Needed from the data below: every line from the one with "f 97 99 144" up to and including the one with "f 81 84 176", repeated exactly and with nothing else.

SOURCE INFORMATION:
- Opening Delimiter -
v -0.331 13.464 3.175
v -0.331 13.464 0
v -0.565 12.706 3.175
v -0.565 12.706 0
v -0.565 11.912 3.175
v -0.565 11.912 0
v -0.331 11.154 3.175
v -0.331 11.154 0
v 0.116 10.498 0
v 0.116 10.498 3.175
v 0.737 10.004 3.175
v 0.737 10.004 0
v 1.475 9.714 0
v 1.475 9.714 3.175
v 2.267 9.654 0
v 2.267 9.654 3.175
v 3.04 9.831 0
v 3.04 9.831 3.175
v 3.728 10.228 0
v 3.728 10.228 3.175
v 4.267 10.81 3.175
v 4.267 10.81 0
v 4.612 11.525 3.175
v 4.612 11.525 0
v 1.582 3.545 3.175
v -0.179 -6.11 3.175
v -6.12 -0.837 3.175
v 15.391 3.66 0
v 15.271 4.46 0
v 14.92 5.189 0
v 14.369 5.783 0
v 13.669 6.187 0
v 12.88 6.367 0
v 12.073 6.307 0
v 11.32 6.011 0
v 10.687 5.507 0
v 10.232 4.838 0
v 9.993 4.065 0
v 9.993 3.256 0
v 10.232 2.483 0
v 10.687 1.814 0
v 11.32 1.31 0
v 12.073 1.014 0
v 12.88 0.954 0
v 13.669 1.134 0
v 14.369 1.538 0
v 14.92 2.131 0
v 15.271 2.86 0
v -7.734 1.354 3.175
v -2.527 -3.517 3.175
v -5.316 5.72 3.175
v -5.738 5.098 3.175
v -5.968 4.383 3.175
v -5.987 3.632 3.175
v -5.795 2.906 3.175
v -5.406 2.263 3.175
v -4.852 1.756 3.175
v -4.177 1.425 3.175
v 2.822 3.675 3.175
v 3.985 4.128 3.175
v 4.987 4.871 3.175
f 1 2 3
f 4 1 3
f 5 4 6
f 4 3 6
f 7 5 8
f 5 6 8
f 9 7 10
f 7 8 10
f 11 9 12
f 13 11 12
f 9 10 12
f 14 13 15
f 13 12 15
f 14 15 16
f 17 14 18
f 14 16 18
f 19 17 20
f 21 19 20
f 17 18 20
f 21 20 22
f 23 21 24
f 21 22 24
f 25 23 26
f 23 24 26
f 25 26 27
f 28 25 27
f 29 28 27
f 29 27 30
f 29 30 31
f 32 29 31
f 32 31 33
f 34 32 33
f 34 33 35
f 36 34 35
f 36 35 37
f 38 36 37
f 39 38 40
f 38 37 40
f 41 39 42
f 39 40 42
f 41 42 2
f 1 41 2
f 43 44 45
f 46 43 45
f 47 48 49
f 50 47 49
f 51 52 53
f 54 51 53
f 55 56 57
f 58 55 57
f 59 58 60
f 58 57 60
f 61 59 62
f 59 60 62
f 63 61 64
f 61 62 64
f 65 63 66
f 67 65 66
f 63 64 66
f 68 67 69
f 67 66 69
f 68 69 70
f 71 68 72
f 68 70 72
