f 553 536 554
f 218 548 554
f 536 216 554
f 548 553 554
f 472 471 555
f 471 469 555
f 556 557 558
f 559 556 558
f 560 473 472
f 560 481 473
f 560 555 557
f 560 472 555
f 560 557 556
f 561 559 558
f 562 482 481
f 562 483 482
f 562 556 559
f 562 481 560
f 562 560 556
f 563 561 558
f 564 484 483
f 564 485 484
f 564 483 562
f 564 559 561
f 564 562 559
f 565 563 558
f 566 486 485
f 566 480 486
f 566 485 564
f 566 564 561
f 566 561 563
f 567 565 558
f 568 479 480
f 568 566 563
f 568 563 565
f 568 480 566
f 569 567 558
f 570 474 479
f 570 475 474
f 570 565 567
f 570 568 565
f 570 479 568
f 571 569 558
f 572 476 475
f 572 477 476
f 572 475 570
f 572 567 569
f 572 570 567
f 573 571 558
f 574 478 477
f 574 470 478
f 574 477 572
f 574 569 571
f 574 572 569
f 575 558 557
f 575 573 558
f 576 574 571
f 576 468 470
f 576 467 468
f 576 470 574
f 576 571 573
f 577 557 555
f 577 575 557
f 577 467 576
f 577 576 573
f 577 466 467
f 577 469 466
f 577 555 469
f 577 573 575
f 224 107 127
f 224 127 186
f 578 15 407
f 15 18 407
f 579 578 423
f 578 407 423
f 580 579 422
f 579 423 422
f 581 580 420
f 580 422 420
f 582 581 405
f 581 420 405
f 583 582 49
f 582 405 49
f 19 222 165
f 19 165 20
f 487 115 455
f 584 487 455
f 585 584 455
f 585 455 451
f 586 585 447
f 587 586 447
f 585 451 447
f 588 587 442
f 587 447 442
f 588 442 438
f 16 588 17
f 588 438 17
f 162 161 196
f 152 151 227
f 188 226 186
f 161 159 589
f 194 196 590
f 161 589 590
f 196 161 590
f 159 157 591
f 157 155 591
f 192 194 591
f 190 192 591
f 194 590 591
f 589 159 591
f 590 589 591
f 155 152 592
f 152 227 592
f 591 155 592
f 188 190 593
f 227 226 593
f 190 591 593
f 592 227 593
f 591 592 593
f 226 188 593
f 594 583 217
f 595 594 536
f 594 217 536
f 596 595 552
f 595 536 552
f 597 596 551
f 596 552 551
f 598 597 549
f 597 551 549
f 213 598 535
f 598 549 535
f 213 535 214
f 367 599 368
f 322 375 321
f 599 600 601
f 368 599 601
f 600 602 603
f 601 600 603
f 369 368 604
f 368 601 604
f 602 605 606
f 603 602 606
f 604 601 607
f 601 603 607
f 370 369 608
- Closing Delimiter -
- Opening Delimiter -
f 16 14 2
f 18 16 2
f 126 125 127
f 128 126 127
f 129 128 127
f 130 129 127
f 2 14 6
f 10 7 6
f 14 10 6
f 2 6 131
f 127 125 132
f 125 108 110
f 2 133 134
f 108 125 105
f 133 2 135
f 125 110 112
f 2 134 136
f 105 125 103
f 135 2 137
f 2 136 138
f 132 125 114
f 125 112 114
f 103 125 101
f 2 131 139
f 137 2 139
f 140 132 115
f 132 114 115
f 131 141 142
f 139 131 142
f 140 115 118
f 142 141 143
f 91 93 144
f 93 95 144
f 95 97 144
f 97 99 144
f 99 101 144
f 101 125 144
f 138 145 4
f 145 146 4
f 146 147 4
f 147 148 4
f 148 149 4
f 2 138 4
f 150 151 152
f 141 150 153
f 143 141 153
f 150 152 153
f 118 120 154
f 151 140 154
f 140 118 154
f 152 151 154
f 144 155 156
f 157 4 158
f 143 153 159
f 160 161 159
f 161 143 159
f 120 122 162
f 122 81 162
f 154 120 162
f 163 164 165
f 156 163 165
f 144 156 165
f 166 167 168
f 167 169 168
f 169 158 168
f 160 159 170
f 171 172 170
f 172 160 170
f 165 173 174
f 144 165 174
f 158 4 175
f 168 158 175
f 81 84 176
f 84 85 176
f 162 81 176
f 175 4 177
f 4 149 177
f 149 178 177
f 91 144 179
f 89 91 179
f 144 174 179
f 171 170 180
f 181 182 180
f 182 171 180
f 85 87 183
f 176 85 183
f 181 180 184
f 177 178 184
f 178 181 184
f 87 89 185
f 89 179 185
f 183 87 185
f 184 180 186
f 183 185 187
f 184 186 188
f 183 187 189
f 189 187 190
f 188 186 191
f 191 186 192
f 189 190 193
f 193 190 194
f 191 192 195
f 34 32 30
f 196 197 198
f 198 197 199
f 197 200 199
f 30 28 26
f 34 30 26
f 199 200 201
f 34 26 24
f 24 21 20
- Closing Delimiter -
ANSWER FOR THIS EXERCISE:
f 97 99 144
f 99 101 144
f 101 125 144
f 138 145 4
f 145 146 4
f 146 147 4
f 147 148 4
f 148 149 4
f 2 138 4
f 150 151 152
f 141 150 153
f 143 141 153
f 150 152 153
f 118 120 154
f 151 140 154
f 140 118 154
f 152 151 154
f 144 155 156
f 157 4 158
f 143 153 159
f 160 161 159
f 161 143 159
f 120 122 162
f 122 81 162
f 154 120 162
f 163 164 165
f 156 163 165
f 144 156 165
f 166 167 168
f 167 169 168
f 169 158 168
f 160 159 170
f 171 172 170
f 172 160 170
f 165 173 174
f 144 165 174
f 158 4 175
f 168 158 175
f 81 84 176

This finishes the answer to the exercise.